CmpE 104 SOFTWARE STATISTICAL TOOLS & METHODS MEASURING & ESTIMATING SOFTWARE SIZE AND RESOURCE & SCHEDULE ESTIMATING.
Mathematics and Graphing in Chemistry Lab 1. Outline Mathematics in Chemistry Units Rounding Digits of Precision (Addition and Subtraction) Significant.
Arrays. What is an Array? An array is a way to structure multiple pieces of data of the same type and have them readily available for multiple operations.
© McGraw-Hill Higher Education. All Rights Reserved. Chapter 2F Statistical Tools in Evaluation.
Propagation of Error Ch En 475 Unit Operations. Quantifying variables (i.e. answering a question with a number) 1. Directly measure the variable. - referred.
Lecture 3 Review of Linear Algebra Simple least-squares.
By Hrishikesh Gadre Session II Department of Mechanical Engineering Louisiana State University Engineering Equation Solver Tutorials.
Statistics: Data Analysis and Presentation Fr Clinic II.
Jan Shapes of distributions… “Statistics” for one quantitative variable… Mean and median Percentiles Standard deviations Transforming data… Rescale:
Statistics Psych 231: Research Methods in Psychology.
Statistics: Data Presentation & Analysis Fr Clinic I.
Data Analysis II.
Business Statistics BU305 Chapter 3 Descriptive Stats: Numerical Methods.
Chapter 13 Statistics © 2008 Pearson Addison-Wesley. All rights reserved.
Graphing Linear Relations and Functions Objectives: Understand, draw, and determine if a relation is a function. Graph & write linear equations, determine.
COMPUTER SCIENCE FEBRUARY 2011 Lists in Python.

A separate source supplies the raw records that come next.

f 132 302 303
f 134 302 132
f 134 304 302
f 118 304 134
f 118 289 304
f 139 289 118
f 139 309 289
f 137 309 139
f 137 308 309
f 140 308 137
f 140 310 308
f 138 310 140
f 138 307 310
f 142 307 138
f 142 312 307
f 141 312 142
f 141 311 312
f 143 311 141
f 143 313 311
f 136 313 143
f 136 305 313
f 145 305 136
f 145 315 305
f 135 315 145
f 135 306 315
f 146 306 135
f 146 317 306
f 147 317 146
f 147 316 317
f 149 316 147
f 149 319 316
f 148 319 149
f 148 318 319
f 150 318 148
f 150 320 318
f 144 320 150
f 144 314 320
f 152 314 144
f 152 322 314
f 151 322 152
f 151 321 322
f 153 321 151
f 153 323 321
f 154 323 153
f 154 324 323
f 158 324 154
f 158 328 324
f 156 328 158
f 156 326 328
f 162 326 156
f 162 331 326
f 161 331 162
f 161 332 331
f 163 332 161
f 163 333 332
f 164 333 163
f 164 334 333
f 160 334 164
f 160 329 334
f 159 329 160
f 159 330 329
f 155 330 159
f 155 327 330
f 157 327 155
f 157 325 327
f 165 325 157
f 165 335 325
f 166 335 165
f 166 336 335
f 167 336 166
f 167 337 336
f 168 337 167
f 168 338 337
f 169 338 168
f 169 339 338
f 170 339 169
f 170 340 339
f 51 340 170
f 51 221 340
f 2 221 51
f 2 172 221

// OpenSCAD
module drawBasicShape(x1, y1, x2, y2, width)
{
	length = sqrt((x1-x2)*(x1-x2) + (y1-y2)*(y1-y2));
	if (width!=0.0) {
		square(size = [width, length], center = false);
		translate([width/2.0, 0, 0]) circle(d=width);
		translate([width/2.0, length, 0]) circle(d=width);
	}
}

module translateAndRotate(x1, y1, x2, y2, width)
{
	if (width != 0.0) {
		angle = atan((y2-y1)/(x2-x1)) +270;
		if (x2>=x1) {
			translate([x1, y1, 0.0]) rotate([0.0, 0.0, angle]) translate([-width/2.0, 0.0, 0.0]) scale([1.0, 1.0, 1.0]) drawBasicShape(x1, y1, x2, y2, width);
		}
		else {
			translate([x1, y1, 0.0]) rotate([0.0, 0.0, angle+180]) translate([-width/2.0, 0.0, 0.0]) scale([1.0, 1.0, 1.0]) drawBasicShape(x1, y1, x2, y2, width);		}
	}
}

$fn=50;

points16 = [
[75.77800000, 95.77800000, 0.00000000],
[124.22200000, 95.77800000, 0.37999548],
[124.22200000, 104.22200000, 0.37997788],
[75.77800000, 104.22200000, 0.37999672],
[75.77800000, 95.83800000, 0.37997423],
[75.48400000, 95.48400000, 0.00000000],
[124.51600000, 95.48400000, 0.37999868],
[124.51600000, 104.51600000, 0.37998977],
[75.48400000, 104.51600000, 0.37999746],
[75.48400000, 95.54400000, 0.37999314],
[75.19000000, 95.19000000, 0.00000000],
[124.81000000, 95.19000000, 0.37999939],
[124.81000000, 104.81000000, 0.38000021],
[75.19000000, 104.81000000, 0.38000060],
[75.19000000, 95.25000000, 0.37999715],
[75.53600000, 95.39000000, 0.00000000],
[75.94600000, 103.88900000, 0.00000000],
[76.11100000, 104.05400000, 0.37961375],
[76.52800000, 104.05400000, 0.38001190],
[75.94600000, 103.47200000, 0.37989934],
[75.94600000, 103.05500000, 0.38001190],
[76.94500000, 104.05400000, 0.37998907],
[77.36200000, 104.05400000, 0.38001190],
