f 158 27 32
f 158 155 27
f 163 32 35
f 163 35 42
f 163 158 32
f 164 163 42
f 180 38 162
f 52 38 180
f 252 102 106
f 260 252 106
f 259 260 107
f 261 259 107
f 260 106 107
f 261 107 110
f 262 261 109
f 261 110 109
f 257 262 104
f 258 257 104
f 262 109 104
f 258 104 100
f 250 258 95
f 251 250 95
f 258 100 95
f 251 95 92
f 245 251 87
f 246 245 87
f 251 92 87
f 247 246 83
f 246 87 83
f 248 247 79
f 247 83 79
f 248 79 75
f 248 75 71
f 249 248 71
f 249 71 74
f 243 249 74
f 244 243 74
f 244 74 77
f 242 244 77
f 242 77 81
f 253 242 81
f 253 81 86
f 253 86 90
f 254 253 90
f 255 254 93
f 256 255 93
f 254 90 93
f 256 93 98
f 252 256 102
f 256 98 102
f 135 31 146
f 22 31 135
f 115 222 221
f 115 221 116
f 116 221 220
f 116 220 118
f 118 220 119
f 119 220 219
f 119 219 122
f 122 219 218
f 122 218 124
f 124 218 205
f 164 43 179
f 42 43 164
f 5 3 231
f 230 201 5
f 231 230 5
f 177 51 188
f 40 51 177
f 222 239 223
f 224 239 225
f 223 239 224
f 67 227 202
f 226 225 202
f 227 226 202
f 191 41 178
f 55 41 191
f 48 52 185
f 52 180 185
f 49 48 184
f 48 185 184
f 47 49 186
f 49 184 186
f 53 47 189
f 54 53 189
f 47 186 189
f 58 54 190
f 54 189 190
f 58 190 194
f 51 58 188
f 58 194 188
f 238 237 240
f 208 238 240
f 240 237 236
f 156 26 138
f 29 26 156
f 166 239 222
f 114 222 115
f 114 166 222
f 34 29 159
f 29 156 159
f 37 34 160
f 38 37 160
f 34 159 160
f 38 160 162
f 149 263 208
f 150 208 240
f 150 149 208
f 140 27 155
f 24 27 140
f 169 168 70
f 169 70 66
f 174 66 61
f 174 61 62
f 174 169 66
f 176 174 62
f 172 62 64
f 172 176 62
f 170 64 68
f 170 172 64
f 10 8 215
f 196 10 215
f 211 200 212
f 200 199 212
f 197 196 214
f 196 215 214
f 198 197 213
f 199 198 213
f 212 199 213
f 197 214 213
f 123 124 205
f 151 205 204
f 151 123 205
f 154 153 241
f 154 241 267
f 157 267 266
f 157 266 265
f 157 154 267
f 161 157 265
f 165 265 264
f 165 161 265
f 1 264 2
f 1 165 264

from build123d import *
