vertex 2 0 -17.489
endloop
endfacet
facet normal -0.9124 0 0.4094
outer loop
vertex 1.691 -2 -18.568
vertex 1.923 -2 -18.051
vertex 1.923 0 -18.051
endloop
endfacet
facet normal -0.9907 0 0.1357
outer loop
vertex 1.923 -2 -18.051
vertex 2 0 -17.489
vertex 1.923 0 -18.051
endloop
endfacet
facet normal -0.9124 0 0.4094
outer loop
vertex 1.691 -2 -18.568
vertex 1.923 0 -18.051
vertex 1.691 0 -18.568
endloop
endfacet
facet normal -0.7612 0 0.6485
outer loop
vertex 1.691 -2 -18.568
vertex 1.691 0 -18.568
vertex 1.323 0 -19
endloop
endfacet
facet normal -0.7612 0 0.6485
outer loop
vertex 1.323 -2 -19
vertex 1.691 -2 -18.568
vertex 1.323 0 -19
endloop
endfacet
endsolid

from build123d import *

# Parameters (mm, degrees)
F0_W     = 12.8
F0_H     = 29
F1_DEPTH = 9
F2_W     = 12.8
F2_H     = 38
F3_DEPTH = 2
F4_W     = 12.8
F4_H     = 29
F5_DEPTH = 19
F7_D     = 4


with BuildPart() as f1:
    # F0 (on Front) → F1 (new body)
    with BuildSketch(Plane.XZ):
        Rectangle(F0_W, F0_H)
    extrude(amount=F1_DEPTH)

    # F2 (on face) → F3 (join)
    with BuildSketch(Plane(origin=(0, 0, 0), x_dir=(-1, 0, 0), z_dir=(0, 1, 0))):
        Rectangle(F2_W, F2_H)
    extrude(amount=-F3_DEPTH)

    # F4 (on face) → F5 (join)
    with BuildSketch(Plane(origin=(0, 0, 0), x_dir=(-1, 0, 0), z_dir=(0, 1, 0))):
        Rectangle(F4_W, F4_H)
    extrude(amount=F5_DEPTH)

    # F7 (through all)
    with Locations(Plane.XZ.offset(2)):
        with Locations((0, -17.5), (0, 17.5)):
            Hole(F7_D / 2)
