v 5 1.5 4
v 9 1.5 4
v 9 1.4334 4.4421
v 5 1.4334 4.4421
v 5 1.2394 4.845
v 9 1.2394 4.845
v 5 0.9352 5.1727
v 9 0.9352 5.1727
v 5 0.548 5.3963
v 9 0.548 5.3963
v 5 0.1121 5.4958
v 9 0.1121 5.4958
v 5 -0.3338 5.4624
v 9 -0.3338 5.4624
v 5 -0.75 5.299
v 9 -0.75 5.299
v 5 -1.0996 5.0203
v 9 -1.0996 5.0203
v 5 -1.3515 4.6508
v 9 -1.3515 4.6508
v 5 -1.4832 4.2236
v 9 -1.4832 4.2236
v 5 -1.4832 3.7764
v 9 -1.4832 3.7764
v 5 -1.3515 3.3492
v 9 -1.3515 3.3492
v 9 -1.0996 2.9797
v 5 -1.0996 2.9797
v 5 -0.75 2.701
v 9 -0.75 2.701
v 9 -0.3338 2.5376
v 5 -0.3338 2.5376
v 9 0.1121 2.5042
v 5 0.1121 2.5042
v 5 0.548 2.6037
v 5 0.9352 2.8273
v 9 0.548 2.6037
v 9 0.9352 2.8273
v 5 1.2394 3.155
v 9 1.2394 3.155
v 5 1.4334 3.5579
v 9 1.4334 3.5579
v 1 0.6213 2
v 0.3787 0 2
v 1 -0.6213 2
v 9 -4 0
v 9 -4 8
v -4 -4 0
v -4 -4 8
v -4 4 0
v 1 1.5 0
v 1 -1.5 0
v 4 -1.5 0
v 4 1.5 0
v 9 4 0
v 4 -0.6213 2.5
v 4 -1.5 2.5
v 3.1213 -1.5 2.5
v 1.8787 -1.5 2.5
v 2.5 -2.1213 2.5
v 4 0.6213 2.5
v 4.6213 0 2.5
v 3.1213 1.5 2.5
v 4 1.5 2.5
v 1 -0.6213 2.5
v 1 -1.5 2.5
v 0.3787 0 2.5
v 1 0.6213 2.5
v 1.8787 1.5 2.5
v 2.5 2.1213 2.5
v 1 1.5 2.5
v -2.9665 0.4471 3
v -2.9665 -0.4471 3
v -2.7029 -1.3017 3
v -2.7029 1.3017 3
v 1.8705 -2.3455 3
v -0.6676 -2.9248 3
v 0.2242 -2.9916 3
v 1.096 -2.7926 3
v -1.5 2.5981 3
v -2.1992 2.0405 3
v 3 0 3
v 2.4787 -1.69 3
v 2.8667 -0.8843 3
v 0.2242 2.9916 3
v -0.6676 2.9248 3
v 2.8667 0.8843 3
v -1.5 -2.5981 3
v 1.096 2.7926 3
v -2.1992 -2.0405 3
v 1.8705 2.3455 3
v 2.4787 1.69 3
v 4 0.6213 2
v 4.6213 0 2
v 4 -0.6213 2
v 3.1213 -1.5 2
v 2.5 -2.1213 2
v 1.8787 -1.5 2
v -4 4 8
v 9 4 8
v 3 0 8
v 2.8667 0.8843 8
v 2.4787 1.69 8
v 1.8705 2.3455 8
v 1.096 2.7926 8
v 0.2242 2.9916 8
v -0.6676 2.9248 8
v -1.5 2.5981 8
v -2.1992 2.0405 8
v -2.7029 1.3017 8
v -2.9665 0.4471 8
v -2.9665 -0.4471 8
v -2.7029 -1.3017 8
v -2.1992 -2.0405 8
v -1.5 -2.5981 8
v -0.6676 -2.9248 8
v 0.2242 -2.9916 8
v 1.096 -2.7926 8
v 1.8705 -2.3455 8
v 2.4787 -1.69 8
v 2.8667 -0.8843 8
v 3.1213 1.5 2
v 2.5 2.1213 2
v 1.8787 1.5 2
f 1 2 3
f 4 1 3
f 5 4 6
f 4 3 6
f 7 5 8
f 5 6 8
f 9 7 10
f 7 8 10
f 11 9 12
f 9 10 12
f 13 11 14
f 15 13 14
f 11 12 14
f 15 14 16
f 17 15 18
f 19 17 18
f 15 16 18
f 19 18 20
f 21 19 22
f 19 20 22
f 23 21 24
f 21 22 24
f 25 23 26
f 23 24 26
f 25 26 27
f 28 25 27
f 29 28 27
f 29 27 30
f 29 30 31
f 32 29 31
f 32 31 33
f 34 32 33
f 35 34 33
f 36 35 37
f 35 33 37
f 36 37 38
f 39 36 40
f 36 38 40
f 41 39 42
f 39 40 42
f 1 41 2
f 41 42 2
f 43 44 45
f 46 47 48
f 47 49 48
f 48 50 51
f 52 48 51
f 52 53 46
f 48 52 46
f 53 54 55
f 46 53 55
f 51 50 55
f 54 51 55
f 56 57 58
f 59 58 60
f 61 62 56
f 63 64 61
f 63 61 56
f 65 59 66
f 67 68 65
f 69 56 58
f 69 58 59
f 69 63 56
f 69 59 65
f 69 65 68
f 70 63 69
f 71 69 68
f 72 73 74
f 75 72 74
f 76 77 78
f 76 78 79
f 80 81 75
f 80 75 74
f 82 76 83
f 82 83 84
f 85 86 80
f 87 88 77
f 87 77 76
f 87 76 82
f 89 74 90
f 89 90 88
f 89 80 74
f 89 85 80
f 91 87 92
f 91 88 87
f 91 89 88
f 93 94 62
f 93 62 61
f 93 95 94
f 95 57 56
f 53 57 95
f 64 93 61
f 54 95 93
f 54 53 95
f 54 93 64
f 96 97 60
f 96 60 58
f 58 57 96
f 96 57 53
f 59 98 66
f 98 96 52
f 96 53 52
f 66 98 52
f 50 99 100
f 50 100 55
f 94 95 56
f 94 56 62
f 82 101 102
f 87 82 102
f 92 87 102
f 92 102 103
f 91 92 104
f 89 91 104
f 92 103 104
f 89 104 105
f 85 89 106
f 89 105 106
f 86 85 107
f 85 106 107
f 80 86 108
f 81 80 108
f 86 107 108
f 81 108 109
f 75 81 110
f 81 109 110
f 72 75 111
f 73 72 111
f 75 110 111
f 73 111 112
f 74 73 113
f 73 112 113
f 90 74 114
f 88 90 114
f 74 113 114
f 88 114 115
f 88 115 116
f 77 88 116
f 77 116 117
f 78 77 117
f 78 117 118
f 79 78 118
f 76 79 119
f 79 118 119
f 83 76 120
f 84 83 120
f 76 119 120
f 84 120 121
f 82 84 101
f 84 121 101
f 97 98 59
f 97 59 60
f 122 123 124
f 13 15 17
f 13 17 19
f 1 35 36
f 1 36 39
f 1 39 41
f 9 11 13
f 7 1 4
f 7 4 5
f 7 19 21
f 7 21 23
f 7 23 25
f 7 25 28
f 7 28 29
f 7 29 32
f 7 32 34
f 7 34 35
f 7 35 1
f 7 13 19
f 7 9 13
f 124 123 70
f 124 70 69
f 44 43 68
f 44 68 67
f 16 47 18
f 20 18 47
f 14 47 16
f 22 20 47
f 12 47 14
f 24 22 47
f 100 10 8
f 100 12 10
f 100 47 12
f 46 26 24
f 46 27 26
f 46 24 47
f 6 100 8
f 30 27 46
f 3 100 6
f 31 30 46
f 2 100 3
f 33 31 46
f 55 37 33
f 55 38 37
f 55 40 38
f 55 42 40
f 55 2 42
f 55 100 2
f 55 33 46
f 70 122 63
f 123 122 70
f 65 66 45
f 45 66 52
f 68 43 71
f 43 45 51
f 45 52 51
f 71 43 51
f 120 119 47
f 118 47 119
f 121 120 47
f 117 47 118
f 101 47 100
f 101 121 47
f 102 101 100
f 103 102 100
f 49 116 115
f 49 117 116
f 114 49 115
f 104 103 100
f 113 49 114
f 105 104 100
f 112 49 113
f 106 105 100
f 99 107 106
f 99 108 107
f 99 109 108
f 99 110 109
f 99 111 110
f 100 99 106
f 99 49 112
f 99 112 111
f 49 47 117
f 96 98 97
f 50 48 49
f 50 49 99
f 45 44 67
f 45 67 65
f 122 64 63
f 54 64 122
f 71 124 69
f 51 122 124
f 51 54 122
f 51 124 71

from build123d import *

# Parameters (mm, degrees)
SKETCH2_W           = 8
SKETCH2_H           = 8
BOSS_EXTRUDE1_DEPTH = 8
SKETCH3_R           = 3
CUT_EXTRUDE1_DEPTH  = 5
SKETCH5_W           = 8
SKETCH5_H           = 8
BOSS_EXTRUDE2_DEPTH = 5
SKETCH6_R           = 1.5
CUT_EXTRUDE2_DEPTH  = 4
CUT_EXTRUDE3_DEPTH  = 2.5
BOSS_EXTRUDE4_DEPTH = 2
CUT_EXTRUDE4_DEPTH  = 1
BOSS_EXTRUDE5_DEPTH = 2
SKETCH11_W          = 3
SKETCH11_H          = 3
CUT_EXTRUDE8_DEPTH  = 2.5


with BuildPart() as part:
    # Sketch2 → Boss-Extrude1 (new body)
    with BuildSketch(Plane.XY):
        Rectangle(SKETCH2_W, SKETCH2_H)
    extrude(amount=BOSS_EXTRUDE1_DEPTH)

    # Sketch3 → Cut-Extrude1 (cut)
    with BuildSketch(Plane.XY.offset(8)):
        Circle(SKETCH3_R)
    extrude(amount=-CUT_EXTRUDE1_DEPTH, mode=Mode.SUBTRACT)

    # Sketch5 → Boss-Extrude2 (add)
    with BuildSketch(Plane(origin=(4, 0, 0), x_dir=(0, 0, -1), z_dir=(1, 0, 0))):
        with Locations((-4, 0)):
            Rectangle(SKETCH5_W, SKETCH5_H)
    extrude(amount=BOSS_EXTRUDE2_DEPTH)

    # Sketch6 → Cut-Extrude2 (cut)
    with BuildSketch(Plane(origin=(9, 0, 0), x_dir=(0, 0, -1), z_dir=(1, 0, 0))):
        with Locations(Location((-4, 0, 0), (0, 0, 90))):
            Circle(SKETCH6_R)
    extrude(amount=-CUT_EXTRUDE2_DEPTH, mode=Mode.SUBTRACT)

    # Sketch7 → Cut-Extrude3 (cut)
    with BuildSketch(Plane(origin=(0, 0, 0), x_dir=(-1, 0, 0), z_dir=(0, 0, -1))):
        Polygon((-2.5, 2.121320344), (-0.378679656, 0), (-2.5, -2.121320344), (-4.621320344, 0), align=None)
    extrude(amount=-CUT_EXTRUDE3_DEPTH, mode=Mode.SUBTRACT)

    # Sketch8 → Boss-Extrude4 (add)
    with BuildSketch(Plane(origin=(0, 0, 0), x_dir=(-1, 0, 0), z_dir=(0, 0, -1))):
        Polygon((-4.621320344, 0), (-2.5, 2.121320344), (-0.378679656, 0), (-2.5, -2.121320344), align=None)
    extrude(amount=-BOSS_EXTRUDE4_DEPTH)

    # Sketch9 → Cut-Extrude4 (cut)
    with BuildSketch(Plane(origin=(0, 0, 0), x_dir=(-1, 0, 0), z_dir=(0, 0, -1))):
        Polygon((-6.487359326, 0), (-5.148694176, 2.68476733), (-2.463926846, 1.346102179), (-3.802591997, -1.338665151), align=None)
    extrude(amount=-CUT_EXTRUDE4_DEPTH, mode=Mode.SUBTRACT)

    # Sketch10 → Boss-Extrude5 (add)
    with BuildSketch(Plane(origin=(0, 0, 0), x_dir=(-1, 0, 0), z_dir=(0, 0, -1))):
        Polygon((-5.148694176, 2.68476733), (-2.463926846, 1.346102179), (-3.802591997, -1.338665151), (-6.487359326, 0), align=None)
    extrude(amount=-BOSS_EXTRUDE5_DEPTH)

    # Sketch11 → Cut-Extrude8 (cut)
    with BuildSketch(Plane(origin=(0, 0, 0), x_dir=(-1, 0, 0), z_dir=(0, 0, -1))):
        with Locations((-2.5, 0)):
            Rectangle(SKETCH11_W, SKETCH11_H)
    extrude(amount=-CUT_EXTRUDE8_DEPTH, mode=Mode.SUBTRACT)


solid = part.part
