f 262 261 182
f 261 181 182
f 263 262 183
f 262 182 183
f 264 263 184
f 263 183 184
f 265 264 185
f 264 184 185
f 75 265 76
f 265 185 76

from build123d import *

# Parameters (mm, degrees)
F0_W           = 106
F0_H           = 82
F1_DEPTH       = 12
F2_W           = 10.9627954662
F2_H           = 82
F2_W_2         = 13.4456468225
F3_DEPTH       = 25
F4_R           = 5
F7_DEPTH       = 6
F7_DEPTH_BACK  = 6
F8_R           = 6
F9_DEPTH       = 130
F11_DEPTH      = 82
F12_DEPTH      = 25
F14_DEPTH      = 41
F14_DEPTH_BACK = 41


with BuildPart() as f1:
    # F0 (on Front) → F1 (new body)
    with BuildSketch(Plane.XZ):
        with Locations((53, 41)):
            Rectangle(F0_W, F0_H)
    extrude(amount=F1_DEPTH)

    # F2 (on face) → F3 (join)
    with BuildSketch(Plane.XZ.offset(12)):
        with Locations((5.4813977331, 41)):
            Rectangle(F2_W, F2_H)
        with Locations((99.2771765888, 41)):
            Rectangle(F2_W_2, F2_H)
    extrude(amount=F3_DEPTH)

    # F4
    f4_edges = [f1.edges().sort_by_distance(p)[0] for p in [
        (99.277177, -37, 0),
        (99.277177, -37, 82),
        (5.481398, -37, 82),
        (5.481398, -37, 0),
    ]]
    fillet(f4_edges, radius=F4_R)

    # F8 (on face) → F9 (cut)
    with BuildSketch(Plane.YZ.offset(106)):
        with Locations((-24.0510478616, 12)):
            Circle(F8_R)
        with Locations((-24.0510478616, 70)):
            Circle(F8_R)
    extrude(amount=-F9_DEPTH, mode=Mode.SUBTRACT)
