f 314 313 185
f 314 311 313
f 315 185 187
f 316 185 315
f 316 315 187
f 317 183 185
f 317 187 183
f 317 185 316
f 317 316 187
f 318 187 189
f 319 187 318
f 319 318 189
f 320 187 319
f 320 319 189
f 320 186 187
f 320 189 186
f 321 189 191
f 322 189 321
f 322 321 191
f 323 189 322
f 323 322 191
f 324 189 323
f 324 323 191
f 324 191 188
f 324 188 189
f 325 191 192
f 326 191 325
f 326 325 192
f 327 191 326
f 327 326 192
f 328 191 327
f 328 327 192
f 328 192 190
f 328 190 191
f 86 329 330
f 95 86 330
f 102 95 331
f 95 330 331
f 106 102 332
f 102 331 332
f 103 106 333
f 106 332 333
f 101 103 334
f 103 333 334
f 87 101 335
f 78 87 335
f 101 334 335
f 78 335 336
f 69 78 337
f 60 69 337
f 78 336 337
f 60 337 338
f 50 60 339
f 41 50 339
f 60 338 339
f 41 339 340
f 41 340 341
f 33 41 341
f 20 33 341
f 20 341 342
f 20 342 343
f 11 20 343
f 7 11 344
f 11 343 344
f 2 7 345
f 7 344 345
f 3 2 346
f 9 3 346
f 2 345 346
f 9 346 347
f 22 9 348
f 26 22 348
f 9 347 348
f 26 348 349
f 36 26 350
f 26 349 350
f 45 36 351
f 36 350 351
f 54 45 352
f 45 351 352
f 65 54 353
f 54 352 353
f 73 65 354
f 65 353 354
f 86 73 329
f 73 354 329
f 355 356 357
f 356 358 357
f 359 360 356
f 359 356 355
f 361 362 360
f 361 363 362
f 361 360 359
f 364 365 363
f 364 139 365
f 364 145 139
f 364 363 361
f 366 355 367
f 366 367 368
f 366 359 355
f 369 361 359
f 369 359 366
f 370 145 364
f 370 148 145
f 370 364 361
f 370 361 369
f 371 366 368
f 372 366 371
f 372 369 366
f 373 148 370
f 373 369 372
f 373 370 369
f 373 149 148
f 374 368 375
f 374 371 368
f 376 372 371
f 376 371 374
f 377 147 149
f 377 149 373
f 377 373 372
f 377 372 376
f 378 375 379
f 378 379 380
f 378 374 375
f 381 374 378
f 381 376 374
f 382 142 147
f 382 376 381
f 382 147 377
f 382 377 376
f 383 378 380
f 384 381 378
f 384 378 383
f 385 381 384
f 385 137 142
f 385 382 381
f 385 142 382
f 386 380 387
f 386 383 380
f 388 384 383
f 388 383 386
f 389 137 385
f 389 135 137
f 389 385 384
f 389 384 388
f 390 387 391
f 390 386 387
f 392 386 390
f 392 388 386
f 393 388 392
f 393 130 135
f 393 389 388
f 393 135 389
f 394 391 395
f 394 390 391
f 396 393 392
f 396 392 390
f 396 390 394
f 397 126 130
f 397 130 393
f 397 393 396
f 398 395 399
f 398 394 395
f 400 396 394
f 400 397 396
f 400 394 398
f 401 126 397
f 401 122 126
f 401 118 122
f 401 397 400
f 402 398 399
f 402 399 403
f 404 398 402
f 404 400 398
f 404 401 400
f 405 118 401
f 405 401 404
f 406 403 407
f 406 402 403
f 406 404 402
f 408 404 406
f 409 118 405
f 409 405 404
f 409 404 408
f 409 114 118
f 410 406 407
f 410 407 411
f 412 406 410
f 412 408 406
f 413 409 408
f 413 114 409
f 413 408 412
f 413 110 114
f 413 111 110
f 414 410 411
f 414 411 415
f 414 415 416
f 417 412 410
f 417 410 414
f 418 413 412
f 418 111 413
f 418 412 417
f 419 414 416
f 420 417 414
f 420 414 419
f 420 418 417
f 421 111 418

Introduction to Lists Lists (aka arrays): an ordered set of elements  A compound data type, like strings.
Chapter 3 – Descriptive Statistics
Regression. Correlation and regression are closely related in use and in math. Correlation summarizes the relations b/t 2 variables. Regression is used.
Chapter 12 Multiple Linear Regression Doing it with more variables! More is better. Chapter 12A.
Managerial Economics Demand Estimation. Scatter Diagram Regression Analysis.
+ Chapter 12: Inference for Regression Inference for Linear Regression.
Chapter 17 Partial Correlation and Multiple Regression and Correlation.
PS 225 Lecture 20 Linear Regression Equation and Prediction.
Propagation of Error Ch En 475 Unit Operations. Quantifying variables (i.e. answering a question with a number) 1. Directly measure the variable. - referred.
Python Functions.
Python Mini-Course University of Oklahoma Department of Psychology Lesson 21 NumPy 6/11/09 Python Mini-Course: Lesson 21 1.
Hossain Shahriar Announcement and reminder! Tentative date for final exam need to be fixed! We have agreed so far that it can.
Copyright © 2005 Brooks/Cole, a division of Thomson Learning, Inc. Variable Selection 1 Chapter 8 Variable Selection Terry Dielman Applied Regression Analysis:
Data Analysis, Presentation, and Statistics
Statistics Presentation Ch En 475 Unit Operations.
Using SPSS Note: The use of another statistical package such as Minitab is similar to using SPSS.
Multiple Regression Analysis Regression analysis with two or more independent variables. Leads to an improvement.
1 09/2003 Processing Library Update CF Checker – Script made available as a web based form on the BADC site -
Chapter 3: Transformations of Graphs and Data Lesson 6: Scale Changes of Data Mrs. Parziale.
Data Structures I (CPCS-204) Week # 2: Algorithm Analysis tools Dr. Omar Batarfi Dr. Yahya Dahab Dr. Imtiaz Khan.
PH2150 Scientific Computing Skills
Chapter 4: Basic Estimation Techniques
Chapter 4 Basic Estimation Techniques
CHAPTER 3 Describing Relationships
Review 1. Describing variables.
Regression Analysis Module 3.
BUSINESS MATHEMATICS & STATISTICS.
Computer Programming Fundamentals
Basic Estimation Techniques
CMSC201 Computer Science I for Majors Lecture 21 – Dictionaries
Introduction, class rules, error analysis Julia Velkovska
Regression.
Functions.
Array List Pepper.
Basic Estimation Techniques
Multiple Regression A curvilinear relationship between one variable and the values of two or more other independent variables. Y = intercept + (slope1.
PH2150 Scientific Computing Skills
Imperative Data Structures
Summarizing Data by Statistics
Simple Linear Regression
Simple Linear Regression
ADVANCED DATA ANALYSIS IN SPSS AND AMOS
mdul-cntns-sub-cmmnts2.f90
Multivariate Analysis Regression
Descriptive Statistics
2.2 Linear relations and functions.
Procedures with optional parameters which do not require matching arguments Example: consider the exponent function which may take one argument, m, in.
Presentation transcript:

Statistical tools: The genutil Package

General Utilities : genutil genutil contains statistical (and other) tools such as: statistics grower picker udunits

genutil.statistics The statistics module provides the user with some basic statistics function: (auto)correlation (auto)covariance geometricmean laggedcorrelation laggedcovariance linearregression percentiles meanabsdiff median rank rms std variance See CDAT documentation and doc strings for more info: >>> help(genutil.statistics.geometricmean)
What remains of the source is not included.